Retype, word for word, every line of the records below starting at the one that contains "#36=VERTEX_POINT('',#35);" and ending at the one that contains "A parametric FreeCAD"; include both of those lines and nothing more.

#### [Dataset excerpts]
____
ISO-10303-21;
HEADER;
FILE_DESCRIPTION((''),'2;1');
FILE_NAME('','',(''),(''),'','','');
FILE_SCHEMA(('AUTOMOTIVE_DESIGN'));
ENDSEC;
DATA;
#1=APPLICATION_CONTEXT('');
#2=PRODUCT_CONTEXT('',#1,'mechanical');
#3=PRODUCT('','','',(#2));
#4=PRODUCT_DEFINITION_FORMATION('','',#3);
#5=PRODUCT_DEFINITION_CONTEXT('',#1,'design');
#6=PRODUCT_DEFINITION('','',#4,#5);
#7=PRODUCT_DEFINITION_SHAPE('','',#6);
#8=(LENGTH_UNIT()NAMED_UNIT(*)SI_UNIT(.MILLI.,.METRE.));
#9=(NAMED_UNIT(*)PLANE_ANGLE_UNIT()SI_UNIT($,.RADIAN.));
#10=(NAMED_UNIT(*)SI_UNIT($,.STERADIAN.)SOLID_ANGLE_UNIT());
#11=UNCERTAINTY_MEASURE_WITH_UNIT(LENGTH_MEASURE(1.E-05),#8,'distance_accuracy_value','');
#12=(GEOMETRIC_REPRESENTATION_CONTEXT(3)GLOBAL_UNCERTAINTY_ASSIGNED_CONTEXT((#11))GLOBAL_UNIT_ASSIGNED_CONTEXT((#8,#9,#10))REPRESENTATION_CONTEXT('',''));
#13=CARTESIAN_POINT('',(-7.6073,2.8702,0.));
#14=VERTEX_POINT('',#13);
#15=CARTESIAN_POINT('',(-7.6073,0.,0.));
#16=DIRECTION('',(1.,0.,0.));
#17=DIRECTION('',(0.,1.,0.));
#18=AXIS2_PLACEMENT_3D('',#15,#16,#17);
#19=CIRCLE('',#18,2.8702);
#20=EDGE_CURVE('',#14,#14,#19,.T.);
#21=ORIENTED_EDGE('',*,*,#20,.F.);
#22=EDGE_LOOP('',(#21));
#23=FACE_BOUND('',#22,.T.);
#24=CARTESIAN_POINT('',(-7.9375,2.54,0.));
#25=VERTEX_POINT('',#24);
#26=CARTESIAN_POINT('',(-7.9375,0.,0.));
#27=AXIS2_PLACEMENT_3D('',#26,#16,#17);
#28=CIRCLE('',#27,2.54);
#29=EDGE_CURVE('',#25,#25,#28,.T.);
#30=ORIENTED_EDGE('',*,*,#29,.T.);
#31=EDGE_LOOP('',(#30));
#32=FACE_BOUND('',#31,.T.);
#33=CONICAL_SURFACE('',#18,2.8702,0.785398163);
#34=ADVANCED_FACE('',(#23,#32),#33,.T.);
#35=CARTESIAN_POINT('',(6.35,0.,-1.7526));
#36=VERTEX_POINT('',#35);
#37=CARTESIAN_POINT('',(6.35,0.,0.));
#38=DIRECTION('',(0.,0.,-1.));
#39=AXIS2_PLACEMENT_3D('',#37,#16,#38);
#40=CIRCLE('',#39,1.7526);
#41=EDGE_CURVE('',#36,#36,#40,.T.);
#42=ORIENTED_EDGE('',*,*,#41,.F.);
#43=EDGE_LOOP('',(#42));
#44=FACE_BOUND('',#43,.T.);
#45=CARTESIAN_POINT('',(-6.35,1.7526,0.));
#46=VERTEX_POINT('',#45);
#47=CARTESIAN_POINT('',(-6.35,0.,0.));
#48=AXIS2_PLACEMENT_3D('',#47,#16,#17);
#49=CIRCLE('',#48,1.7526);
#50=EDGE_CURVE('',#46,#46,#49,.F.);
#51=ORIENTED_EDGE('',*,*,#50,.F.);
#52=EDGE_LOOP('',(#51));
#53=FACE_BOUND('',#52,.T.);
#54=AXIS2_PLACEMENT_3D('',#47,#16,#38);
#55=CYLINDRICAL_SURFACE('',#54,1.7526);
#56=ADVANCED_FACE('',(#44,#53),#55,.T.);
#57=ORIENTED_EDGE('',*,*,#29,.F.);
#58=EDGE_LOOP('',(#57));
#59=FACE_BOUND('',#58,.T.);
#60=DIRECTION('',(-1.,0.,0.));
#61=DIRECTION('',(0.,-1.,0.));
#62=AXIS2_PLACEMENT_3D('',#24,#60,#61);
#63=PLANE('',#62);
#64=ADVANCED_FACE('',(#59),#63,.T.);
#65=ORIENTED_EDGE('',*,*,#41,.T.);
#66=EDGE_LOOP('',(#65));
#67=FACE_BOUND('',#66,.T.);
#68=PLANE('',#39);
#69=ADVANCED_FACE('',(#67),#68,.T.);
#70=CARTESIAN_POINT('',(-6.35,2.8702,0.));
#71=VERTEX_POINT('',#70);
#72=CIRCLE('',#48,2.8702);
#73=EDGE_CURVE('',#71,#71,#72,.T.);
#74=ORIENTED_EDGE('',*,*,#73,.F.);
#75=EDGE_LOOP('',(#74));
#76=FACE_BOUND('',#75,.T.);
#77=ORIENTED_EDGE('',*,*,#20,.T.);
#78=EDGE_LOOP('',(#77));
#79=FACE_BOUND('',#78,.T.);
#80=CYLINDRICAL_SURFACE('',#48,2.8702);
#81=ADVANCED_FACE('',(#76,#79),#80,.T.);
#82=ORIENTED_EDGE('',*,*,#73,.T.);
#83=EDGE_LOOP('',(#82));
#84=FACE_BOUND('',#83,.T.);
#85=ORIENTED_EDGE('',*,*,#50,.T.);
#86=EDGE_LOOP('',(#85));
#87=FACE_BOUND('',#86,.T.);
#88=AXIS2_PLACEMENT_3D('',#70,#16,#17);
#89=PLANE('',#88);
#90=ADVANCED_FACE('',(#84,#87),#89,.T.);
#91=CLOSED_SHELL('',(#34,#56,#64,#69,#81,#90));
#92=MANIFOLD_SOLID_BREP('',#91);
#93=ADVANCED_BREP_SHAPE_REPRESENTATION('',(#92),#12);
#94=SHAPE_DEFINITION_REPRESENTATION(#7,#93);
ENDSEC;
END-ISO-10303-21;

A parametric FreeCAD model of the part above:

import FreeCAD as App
import Part
import Sketcher
from FreeCAD import Vector
Q = App.Units.Quantity

doc = App.newDocument("Part")
body = doc.addObject("PartDesign::Body", "Body")

# Sketch on YZ plane
sketch1 = body.newObject("Sketcher::SketchObject", "Sketch")
sketch1.AttachmentSupport = (doc.getObject("YZ_Plane"), [""])
sketch1.MapMode = "FlatFace"
sketch1.AttachmentOffset = App.Placement(Vector(0, 0, 0.25 * 25.4), App.Rotation())
sketch1.addGeometry(Part.Circle(Vector(0, 0, 0), Vector(0, 0, 1), 1.8), False)
sketch1.addConstraint(Sketcher.Constraint("Coincident", 0, 3, -1, 1))
sketch1.addConstraint(Sketcher.Constraint("Diameter", 0, Q("0.138 in")))
pad1 = body.newObject("PartDesign::Pad", "Pad")
pad1.Profile = sketch1
pad1.Length = Q("0.5 in")
pad1.Reversed = True

# Sketch on XY plane
sketch2 = body.newObject("Sketcher::SketchObject", "Sketch001")
sketch2.AttachmentSupport = (doc.getObject("XY_Plane"), [""])
sketch2.MapMode = "FlatFace"
sketch2.addGeometry(Part.LineSegment(Vector(-7.61, 2.87, 0), Vector(-7.94, 2.54, 0)), False)
sketch2.addGeometry(Part.LineSegment(Vector(-7.94, 2.54, 0), Vector(-7.94, 0, 0)), False)
sketch2.addGeometry(Part.LineSegment(Vector(-7.94, 0, 0), Vector(-6.35, 0, 0)), False)
sketch2.addGeometry(Part.LineSegment(Vector(-6.35, 0, 0), Vector(-6.35, 2.87, 0)), False)
sketch2.addGeometry(Part.LineSegment(Vector(-6.35, 2.87, 0), Vector(-7.61, 2.87, 0)), False)
sketch2.addConstraint(Sketcher.Constraint("Coincident", 0, 2, 1, 1))
sketch2.addConstraint(Sketcher.Constraint("Coincident", 1, 2, 2, 1))
sketch2.addConstraint(Sketcher.Constraint("Coincident", 2, 2, 3, 1))
sketch2.addConstraint(Sketcher.Constraint("Coincident", 3, 2, 4, 1))
sketch2.addConstraint(Sketcher.Constraint("Coincident", 4, 2, 0, 1))
sketch2.addConstraint(Sketcher.Constraint("Vertical", 1))
sketch2.addConstraint(Sketcher.Constraint("Horizontal", 2))
sketch2.addConstraint(Sketcher.Constraint("Vertical", 3))
sketch2.addConstraint(Sketcher.Constraint("Horizontal", 4))
sketch2.addConstraint(Sketcher.Constraint("PointOnObject", 1, 2, -1))
sketch2.addConstraint(Sketcher.Constraint("DistanceY", 1, 2, 1, 1, Q("0.1 in")))
sketch2.addConstraint(Sketcher.Constraint("Angle", 0, Q("-135 deg")))
sketch2.addConstraint(Sketcher.Constraint("DistanceX", 2, 1, 2, 2, Q("0.0625 in")))
sketch2.addConstraint(Sketcher.Constraint("DistanceY", 3, 1, 3, 2, Q("0.113 in")))
sketch2.addConstraint(Sketcher.Constraint("DistanceX", 2, 2, -1, 1, Q("0.25 in")))
revolution = body.newObject("PartDesign::Revolution", "Revolution")
revolution.Profile = sketch2
revolution.ReferenceAxis = (sketch2, ["H_Axis"])
revolution.Angle = 360

doc.recompute()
____
#### [Solution below]
#36=VERTEX_POINT('',#35);
#37=CARTESIAN_POINT('',(6.35,0.,0.));
#38=DIRECTION('',(0.,0.,-1.));
#39=AXIS2_PLACEMENT_3D('',#37,#16,#38);
#40=CIRCLE('',#39,1.7526);
#41=EDGE_CURVE('',#36,#36,#40,.T.);
#42=ORIENTED_EDGE('',*,*,#41,.F.);
#43=EDGE_LOOP('',(#42));
#44=FACE_BOUND('',#43,.T.);
#45=CARTESIAN_POINT('',(-6.35,1.7526,0.));
#46=VERTEX_POINT('',#45);
#47=CARTESIAN_POINT('',(-6.35,0.,0.));
#48=AXIS2_PLACEMENT_3D('',#47,#16,#17);
#49=CIRCLE('',#48,1.7526);
#50=EDGE_CURVE('',#46,#46,#49,.F.);
#51=ORIENTED_EDGE('',*,*,#50,.F.);
#52=EDGE_LOOP('',(#51));
#53=FACE_BOUND('',#52,.T.);
#54=AXIS2_PLACEMENT_3D('',#47,#16,#38);
#55=CYLINDRICAL_SURFACE('',#54,1.7526);
#56=ADVANCED_FACE('',(#44,#53),#55,.T.);
#57=ORIENTED_EDGE('',*,*,#29,.F.);
#58=EDGE_LOOP('',(#57));
#59=FACE_BOUND('',#58,.T.);
#60=DIRECTION('',(-1.,0.,0.));
#61=DIRECTION('',(0.,-1.,0.));
#62=AXIS2_PLACEMENT_3D('',#24,#60,#61);
#63=PLANE('',#62);
#64=ADVANCED_FACE('',(#59),#63,.T.);
#65=ORIENTED_EDGE('',*,*,#41,.T.);
#66=EDGE_LOOP('',(#65));
#67=FACE_BOUND('',#66,.T.);
#68=PLANE('',#39);
#69=ADVANCED_FACE('',(#67),#68,.T.);
#70=CARTESIAN_POINT('',(-6.35,2.8702,0.));
#71=VERTEX_POINT('',#70);
#72=CIRCLE('',#48,2.8702);
#73=EDGE_CURVE('',#71,#71,#72,.T.);
#74=ORIENTED_EDGE('',*,*,#73,.F.);
#75=EDGE_LOOP('',(#74));
#76=FACE_BOUND('',#75,.T.);
#77=ORIENTED_EDGE('',*,*,#20,.T.);
#78=EDGE_LOOP('',(#77));
#79=FACE_BOUND('',#78,.T.);
#80=CYLINDRICAL_SURFACE('',#48,2.8702);
#81=ADVANCED_FACE('',(#76,#79),#80,.T.);
#82=ORIENTED_EDGE('',*,*,#73,.T.);
#83=EDGE_LOOP('',(#82));
#84=FACE_BOUND('',#83,.T.);
#85=ORIENTED_EDGE('',*,*,#50,.T.);
#86=EDGE_LOOP('',(#85));
#87=FACE_BOUND('',#86,.T.);
#88=AXIS2_PLACEMENT_3D('',#70,#16,#17);
#89=PLANE('',#88);
#90=ADVANCED_FACE('',(#84,#87),#89,.T.);
#91=CLOSED_SHELL('',(#34,#56,#64,#69,#81,#90));
#92=MANIFOLD_SOLID_BREP('',#91);
#93=ADVANCED_BREP_SHAPE_REPRESENTATION('',(#92),#12);
#94=SHAPE_DEFINITION_REPRESENTATION(#7,#93);
ENDSEC;
END-ISO-10303-21;

A parametric FreeCAD model of the part above:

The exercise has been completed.